Variously defining Magdalena as a “massive fabric,” a “walking mural,” a “flag” and even an “anti-flag,” Alfonso further described Magdalena as a woman who’s been “listening” to different rivers in Germany, Colombia and Mexico “that carry a lot of histories.”

Continued Alfonso, “We started this in Berlin, because in Colombia at that time, in 2021, the bodies of different people started to appear again in the rivers. So the Colombian migrant diaspora gathered to make this action there in order to channel through the waters what was going on in Colombia.”

Subsequently, Magdalena was taken to a river in Caquetá, Colombia, where a bridge was once blown up by FARC rebels after the peace process broke down in 2002, and a river in Putumayo, Colombia, which was impacted by an avalanche in 2017.

“We brought (Magdalena) specifically here to Juárez to intervene in or listen to the stories that the Rio Bravo carries in order to somehow contribute an open ear and a healing process for the people who have been affected through migration and non-migration problems that happen here, and all of the lives that have been lost in that river,” Alfonso said. “So for us, it is like a homage to that place, to those lives that somehow remain in the river.”

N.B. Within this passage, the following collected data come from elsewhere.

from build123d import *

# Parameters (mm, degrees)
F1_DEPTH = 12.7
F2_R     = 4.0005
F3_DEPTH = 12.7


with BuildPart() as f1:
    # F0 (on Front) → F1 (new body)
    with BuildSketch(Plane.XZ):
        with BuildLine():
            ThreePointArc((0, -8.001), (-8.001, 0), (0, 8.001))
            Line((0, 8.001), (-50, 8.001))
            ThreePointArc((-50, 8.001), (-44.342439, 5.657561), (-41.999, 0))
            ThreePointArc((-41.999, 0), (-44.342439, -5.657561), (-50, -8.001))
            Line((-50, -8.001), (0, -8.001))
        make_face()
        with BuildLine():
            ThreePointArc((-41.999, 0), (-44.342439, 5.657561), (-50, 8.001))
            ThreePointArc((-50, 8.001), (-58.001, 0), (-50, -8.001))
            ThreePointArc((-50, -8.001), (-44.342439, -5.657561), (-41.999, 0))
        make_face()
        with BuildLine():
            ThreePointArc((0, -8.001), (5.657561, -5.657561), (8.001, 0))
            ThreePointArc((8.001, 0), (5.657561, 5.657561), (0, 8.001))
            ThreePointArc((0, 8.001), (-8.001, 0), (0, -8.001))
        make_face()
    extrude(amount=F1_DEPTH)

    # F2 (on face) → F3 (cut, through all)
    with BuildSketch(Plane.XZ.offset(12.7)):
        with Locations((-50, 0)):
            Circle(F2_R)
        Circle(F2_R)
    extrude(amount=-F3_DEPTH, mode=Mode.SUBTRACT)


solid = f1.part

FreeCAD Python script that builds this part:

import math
import FreeCAD as App
import Part
import Sketcher

V = App.Vector
Q = App.Units.Quantity

doc = App.newDocument("Part")
body = doc.addObject("PartDesign::Body", "Body")

# Sketch on XZ plane
sketch1 = body.newObject("Sketcher::SketchObject", "Sketch")
sketch1.AttachmentSupport = (doc.getObject("XZ_Plane"), [""])
sketch1.MapMode = "FlatFace"
sketch1.addGeometry([
    Part.LineSegment(V(0, 8, 0), V(-50, 8, 0)),  # 0
    Part.ArcOfCircle(Part.Circle(V(-50, 0, 0), V(0, 0, 1), 8), math.radians(90), math.radians(270)),  # 1
    Part.LineSegment(V(-50, -8, 0), V(0, -8, 0)),  # 2
    Part.ArcOfCircle(Part.Circle(V(0, 0, 0), V(0, 0, 1), 8), math.radians(-90), math.radians(0)),  # 3
    Part.ArcOfCircle(Part.Circle(V(0, 0, 0), V(0, 0, 1), 8), math.radians(0), math.radians(90)),  # 4
], False)
sketch1.addConstraint([
    Sketcher.Constraint("Tangent", 0, 2, 1, 1),
    Sketcher.Constraint("Tangent", 1, 2, 2, 1),
    Sketcher.Constraint("Tangent", 2, 2, 3, 1),
    Sketcher.Constraint("Tangent", 3, 2, 4, 1),
    Sketcher.Constraint("Tangent", 4, 2, 0, 1),
    Sketcher.Constraint("Horizontal", 0),
    Sketcher.Constraint("Horizontal", 2),
    Sketcher.Constraint("Coincident", 3, 3, -1, 1),
    Sketcher.Constraint("Equal", 1, 3),
    Sketcher.Constraint("PointOnObject", 3, 2, -1),
    Sketcher.Constraint("Radius", 1, Q("0.315 in")),
    Sketcher.Constraint("DistanceX", 0, 2, 0, 1, Q("50 mm")),
])
pad1 = body.newObject("PartDesign::Pad", "Pad")
pad1.Profile = sketch1
pad1.Length = Q("0.5 in")

# Sketch on XZ plane
sketch2 = body.newObject("Sketcher::SketchObject", "Sketch001")
sketch2.AttachmentSupport = (doc.getObject("XZ_Plane"), [""])
sketch2.MapMode = "FlatFace"
sketch2.AttachmentOffset = App.Placement(V(0, 0, 0.5 * 25.4), App.Rotation())
sketch2.addGeometry([
    Part.Circle(V(-50, 0, 0), V(0, 0, 1), 4),
    Part.Circle(V(0, 0, 0), V(0, 0, 1), 4),
], False)
sketch2.addConstraint([
    Sketcher.Constraint("Coincident", 1, 3, -1, 1),
    Sketcher.Constraint("Equal", 0, 1),
    Sketcher.Constraint("PointOnObject", 0, 3, -1),
    Sketcher.Constraint("Diameter", 0, Q("0.315 in")),
    Sketcher.Constraint("DistanceX", 0, 3, -1, 1, Q("50 mm")),
])
pocket1 = body.newObject("PartDesign::Pocket", "Pocket")
pocket1.Profile = sketch2
pocket1.Type = "ThroughAll"

doc.recompute()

As a world traveler, Alfonso has seen diverse places where violence, repression and suffering mar the landscape, images of which are reflected in his art work.

Several of his pieces depict the border of the former Spanish colony of Western Sahara in northwest Africa, where a cease-fire has existed since 1991 between Morocco, which took control of most of the territory after Spain withdrew in 1975, and the Sahwari Democratic Arab Republic, the political expression of the indigenous Western Saharan people which controls a much smaller portion of the land but is recognized by 46 nations as the legitimate government, according to Wikipedia.

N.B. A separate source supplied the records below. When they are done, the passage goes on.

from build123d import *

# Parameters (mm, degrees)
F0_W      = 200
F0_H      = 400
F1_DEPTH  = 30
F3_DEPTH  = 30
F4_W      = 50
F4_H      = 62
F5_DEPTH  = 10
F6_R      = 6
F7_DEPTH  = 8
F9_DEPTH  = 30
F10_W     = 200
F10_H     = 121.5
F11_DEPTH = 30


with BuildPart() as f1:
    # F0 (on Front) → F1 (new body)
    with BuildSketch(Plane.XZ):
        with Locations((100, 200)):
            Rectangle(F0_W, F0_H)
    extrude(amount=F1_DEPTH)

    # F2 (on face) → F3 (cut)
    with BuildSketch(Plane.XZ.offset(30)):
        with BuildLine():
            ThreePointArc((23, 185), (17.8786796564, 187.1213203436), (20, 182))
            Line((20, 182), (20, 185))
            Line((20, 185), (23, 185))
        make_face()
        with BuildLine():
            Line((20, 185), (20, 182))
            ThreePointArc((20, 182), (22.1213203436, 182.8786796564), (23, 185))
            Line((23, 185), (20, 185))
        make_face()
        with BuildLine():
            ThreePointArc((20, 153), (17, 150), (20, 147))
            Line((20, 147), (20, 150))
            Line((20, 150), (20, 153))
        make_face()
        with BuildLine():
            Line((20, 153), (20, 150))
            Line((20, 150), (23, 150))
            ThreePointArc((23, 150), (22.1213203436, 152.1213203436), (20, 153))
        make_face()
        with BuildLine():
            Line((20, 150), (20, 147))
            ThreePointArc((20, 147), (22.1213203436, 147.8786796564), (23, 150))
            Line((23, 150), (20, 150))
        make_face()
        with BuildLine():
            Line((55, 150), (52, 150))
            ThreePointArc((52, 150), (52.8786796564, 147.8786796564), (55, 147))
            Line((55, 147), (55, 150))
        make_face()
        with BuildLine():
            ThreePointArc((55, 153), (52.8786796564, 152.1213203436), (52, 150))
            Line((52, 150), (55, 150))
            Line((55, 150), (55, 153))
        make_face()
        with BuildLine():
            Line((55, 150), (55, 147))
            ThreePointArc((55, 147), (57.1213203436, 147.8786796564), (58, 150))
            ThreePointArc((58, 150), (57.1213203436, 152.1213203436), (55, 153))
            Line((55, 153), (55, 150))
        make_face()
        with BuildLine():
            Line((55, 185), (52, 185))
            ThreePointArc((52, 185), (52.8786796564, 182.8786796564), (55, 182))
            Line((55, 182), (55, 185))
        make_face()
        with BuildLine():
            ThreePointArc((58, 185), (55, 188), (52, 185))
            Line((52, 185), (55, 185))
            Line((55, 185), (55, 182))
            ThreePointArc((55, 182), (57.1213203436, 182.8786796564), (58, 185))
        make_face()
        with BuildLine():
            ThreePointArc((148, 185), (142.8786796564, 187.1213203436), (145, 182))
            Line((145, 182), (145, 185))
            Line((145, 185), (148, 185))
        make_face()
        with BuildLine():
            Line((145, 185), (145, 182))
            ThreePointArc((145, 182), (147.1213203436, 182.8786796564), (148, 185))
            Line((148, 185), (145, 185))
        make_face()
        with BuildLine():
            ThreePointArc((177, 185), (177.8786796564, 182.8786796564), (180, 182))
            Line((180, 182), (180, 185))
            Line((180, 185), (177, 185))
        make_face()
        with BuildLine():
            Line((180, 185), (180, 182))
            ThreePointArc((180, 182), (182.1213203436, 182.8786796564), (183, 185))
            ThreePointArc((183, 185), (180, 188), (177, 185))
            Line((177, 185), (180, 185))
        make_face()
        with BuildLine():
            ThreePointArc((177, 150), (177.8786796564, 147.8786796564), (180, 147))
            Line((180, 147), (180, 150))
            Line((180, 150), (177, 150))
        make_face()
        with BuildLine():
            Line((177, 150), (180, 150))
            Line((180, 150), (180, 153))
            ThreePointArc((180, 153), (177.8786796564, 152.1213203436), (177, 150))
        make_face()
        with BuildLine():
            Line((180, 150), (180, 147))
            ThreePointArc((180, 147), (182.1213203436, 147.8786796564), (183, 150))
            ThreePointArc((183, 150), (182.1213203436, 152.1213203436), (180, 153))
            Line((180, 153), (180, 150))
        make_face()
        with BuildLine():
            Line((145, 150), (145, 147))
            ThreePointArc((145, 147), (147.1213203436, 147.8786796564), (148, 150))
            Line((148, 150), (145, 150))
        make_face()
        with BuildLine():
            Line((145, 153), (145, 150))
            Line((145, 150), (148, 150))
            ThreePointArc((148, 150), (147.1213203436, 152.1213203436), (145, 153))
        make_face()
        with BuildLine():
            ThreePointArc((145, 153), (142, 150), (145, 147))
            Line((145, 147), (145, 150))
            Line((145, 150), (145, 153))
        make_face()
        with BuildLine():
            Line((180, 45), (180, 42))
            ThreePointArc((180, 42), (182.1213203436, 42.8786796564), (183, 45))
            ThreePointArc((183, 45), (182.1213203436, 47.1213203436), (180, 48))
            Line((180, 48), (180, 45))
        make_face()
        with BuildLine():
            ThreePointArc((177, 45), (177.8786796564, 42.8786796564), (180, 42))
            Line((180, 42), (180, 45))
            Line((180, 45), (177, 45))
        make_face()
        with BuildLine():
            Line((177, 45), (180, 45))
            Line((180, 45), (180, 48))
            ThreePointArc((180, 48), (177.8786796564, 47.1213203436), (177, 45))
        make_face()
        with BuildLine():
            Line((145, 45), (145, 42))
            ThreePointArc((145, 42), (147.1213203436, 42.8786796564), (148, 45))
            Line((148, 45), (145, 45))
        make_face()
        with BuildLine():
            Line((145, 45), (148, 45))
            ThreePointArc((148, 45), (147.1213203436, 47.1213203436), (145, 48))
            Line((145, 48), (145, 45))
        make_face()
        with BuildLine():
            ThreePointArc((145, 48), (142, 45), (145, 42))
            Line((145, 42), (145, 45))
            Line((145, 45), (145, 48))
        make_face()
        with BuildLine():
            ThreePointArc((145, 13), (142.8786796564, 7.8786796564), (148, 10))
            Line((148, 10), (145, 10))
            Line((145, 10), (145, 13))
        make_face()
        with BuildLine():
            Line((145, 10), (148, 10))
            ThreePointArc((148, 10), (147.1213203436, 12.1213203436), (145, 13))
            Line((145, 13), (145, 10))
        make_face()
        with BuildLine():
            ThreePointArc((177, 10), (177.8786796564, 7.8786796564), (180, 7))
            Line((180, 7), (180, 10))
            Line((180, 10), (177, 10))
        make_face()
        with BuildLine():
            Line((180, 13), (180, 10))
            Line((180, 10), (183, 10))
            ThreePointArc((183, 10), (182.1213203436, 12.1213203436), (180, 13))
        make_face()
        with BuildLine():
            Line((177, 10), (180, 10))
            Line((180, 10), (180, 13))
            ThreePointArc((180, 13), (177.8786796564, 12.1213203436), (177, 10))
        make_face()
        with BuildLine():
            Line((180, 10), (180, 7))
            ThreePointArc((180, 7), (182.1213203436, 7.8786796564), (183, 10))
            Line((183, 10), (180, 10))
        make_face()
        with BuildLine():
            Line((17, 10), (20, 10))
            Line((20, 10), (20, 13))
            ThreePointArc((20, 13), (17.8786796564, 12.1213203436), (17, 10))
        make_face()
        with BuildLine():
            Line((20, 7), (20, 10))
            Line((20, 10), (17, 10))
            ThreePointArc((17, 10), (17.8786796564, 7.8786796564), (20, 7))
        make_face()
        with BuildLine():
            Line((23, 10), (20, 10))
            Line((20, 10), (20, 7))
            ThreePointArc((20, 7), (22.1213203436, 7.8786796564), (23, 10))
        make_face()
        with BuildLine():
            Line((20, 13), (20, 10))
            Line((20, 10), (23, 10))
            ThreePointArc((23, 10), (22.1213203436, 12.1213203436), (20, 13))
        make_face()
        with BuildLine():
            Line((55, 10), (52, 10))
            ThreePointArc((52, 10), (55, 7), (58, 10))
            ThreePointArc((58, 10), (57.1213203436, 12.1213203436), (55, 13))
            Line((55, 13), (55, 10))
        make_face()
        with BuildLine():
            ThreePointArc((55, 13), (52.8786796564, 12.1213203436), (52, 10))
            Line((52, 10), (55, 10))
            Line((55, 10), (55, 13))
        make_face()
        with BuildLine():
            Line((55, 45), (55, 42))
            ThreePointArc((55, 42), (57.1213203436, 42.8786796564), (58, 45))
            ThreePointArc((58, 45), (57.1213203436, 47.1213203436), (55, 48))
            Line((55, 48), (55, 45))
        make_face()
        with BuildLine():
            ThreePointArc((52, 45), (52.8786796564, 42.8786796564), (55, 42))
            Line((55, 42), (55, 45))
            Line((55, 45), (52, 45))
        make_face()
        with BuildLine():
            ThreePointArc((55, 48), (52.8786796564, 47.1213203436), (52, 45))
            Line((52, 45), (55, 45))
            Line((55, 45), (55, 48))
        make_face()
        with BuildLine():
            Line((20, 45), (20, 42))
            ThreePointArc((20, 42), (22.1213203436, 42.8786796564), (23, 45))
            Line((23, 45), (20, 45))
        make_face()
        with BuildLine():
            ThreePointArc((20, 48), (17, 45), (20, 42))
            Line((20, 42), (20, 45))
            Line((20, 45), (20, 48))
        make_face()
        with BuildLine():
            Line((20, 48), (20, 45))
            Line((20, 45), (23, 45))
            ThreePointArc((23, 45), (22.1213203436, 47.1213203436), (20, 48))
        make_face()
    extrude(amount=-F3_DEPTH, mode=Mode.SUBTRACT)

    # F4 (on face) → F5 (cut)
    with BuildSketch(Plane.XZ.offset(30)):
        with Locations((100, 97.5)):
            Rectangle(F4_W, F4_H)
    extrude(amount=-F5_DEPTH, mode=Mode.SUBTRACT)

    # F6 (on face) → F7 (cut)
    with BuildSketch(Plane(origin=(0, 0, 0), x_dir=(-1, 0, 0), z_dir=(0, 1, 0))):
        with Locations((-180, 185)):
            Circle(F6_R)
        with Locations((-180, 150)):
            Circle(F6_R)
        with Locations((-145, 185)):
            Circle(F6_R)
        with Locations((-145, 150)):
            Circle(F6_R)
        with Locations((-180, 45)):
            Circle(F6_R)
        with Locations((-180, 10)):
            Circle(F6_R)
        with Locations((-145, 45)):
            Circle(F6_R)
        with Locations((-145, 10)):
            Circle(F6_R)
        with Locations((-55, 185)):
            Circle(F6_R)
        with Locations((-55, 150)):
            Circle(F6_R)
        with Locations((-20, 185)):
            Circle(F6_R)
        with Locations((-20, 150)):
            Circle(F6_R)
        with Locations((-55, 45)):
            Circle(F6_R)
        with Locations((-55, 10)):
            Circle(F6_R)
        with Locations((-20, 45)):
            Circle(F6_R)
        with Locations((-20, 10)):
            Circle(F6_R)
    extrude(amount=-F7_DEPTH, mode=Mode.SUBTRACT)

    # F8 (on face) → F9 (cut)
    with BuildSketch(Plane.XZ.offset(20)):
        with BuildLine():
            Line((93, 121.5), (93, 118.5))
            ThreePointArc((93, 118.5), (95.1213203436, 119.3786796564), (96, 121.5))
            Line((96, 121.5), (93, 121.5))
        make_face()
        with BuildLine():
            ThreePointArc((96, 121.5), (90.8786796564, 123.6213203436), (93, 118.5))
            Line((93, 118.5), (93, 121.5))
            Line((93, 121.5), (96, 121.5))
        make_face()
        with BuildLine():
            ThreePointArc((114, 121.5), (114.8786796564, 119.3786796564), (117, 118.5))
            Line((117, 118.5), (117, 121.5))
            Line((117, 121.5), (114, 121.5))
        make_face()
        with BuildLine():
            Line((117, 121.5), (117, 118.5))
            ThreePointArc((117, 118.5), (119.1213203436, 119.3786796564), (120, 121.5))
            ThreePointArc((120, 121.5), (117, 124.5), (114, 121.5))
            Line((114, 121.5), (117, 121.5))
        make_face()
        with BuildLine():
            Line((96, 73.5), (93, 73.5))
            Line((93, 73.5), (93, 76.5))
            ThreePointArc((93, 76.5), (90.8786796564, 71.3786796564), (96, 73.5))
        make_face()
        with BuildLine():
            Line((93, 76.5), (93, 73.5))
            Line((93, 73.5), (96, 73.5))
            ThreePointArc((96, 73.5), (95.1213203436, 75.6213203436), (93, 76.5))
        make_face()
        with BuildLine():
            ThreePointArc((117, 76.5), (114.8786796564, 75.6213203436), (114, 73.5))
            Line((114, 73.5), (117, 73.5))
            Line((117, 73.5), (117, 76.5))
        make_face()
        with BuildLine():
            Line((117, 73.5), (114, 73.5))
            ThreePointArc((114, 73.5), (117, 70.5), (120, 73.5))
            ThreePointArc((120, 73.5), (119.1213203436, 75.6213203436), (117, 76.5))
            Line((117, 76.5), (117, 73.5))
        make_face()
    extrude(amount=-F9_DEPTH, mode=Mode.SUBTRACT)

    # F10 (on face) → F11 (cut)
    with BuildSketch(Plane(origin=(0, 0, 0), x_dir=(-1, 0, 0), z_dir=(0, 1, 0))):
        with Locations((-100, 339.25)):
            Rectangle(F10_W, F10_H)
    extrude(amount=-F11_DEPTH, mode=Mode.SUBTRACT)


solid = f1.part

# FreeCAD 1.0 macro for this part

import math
import FreeCAD as App
import Part
import Sketcher
from FreeCAD import Vector

doc = App.newDocument("Part")
body = doc.addObject("PartDesign::Body", "Body")

sketch1 = body.newObject("Sketcher::SketchObject", "Sketch")
sketch1.AttachmentSupport = (doc.getObject("XZ_Plane"), [""])
sketch1.MapMode = "FlatFace"
sketch1.addGeometry([
    Part.LineSegment(Vector(0, 400, 0), Vector(0, 0, 0)),
    Part.LineSegment(Vector(0, 0, 0), Vector(200, 0, 0)),
    Part.LineSegment(Vector(200, 0, 0), Vector(200, 400, 0)),
    Part.LineSegment(Vector(200, 400, 0), Vector(0, 400, 0)),
], False)
sketch1.addConstraint([
    Sketcher.Constraint("Coincident", 0, 2, 1, 1),
    Sketcher.Constraint("Coincident", 1, 2, 2, 1),
    Sketcher.Constraint("Coincident", 2, 2, 3, 1),
    Sketcher.Constraint("Coincident", 3, 2, 0, 1),
    Sketcher.Constraint("Vertical", 0),
    Sketcher.Constraint("Horizontal", 1),
    Sketcher.Constraint("Vertical", 2),
    Sketcher.Constraint("Horizontal", 3),
    Sketcher.Constraint("Coincident", 0, 2, -1, 1),
    Sketcher.Constraint("DistanceX", 1, 1, 1, 2, 200.0),
    Sketcher.Constraint("DistanceY", 0, 2, 0, 1, 400.0),
])
pad1 = body.newObject("PartDesign::Pad", "Pad")
pad1.Profile = sketch1
pad1.Length = 30

sketch2 = body.newObject("Sketcher::SketchObject", "Sketch001")
sketch2.AttachmentSupport = (doc.getObject("XZ_Plane"), [""])
sketch2.MapMode = "FlatFace"
sketch2.AttachmentOffset = App.Placement(Vector(0, 0, 30), App.Rotation())
sketch2.addGeometry([
    Part.ArcOfCircle(Part.Circle(Vector(20, 185, 0), Vector(0, 0, 1), 3), math.radians(0), math.radians(270)),
    Part.ArcOfCircle(Part.Circle(Vector(20, 185, 0), Vector(0, 0, 1), 3), math.radians(-90), math.radians(0)),
    Part.ArcOfCircle(Part.Circle(Vector(20, 150, 0), Vector(0, 0, 1), 3), math.radians(90), math.radians(270)),
    Part.ArcOfCircle(Part.Circle(Vector(20, 150, 0), Vector(0, 0, 1), 3), math.radians(-90), math.radians(0)),
    Part.ArcOfCircle(Part.Circle(Vector(20, 150, 0), Vector(0, 0, 1), 3), math.radians(0), math.radians(90)),
    Part.ArcOfCircle(Part.Circle(Vector(55, 150, 0), Vector(0, 0, 1), 3), math.radians(180), math.radians(270)),
    Part.ArcOfCircle(Part.Circle(Vector(55, 150, 0), Vector(0, 0, 1), 3), math.radians(-90), math.radians(0)),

Alfonso gazed upon a Moroccan border wall flanked by mine fields that prevent Western Saharans from stepping foot on their homeland. Consequently, transit is absent around the wall, he said. But in the El Paso- Juárez borderland of Operation Lone Star times the artist set his eyes on a multi-legged barrier in a zone of active human transit that, in his words, constitutes an “architecture of repression” which severely cuts into and curtails passages.

“It’s not just one wall, but thousands of steel posts with gates, barbed wire, the river with cement, industrial constructions and straight angles. Then arms, humans, vehicles. It’s like a quantity of layers designed to separate,” the Colombian artist reflected. The violence represented in border barriers is different in El Paso-Juárez than in the Western Sahara, since in the former it’s “more urban, more industrial,” Alfonso contended. “I don’t know if it’s more violent, but it’s a more individualized violence.”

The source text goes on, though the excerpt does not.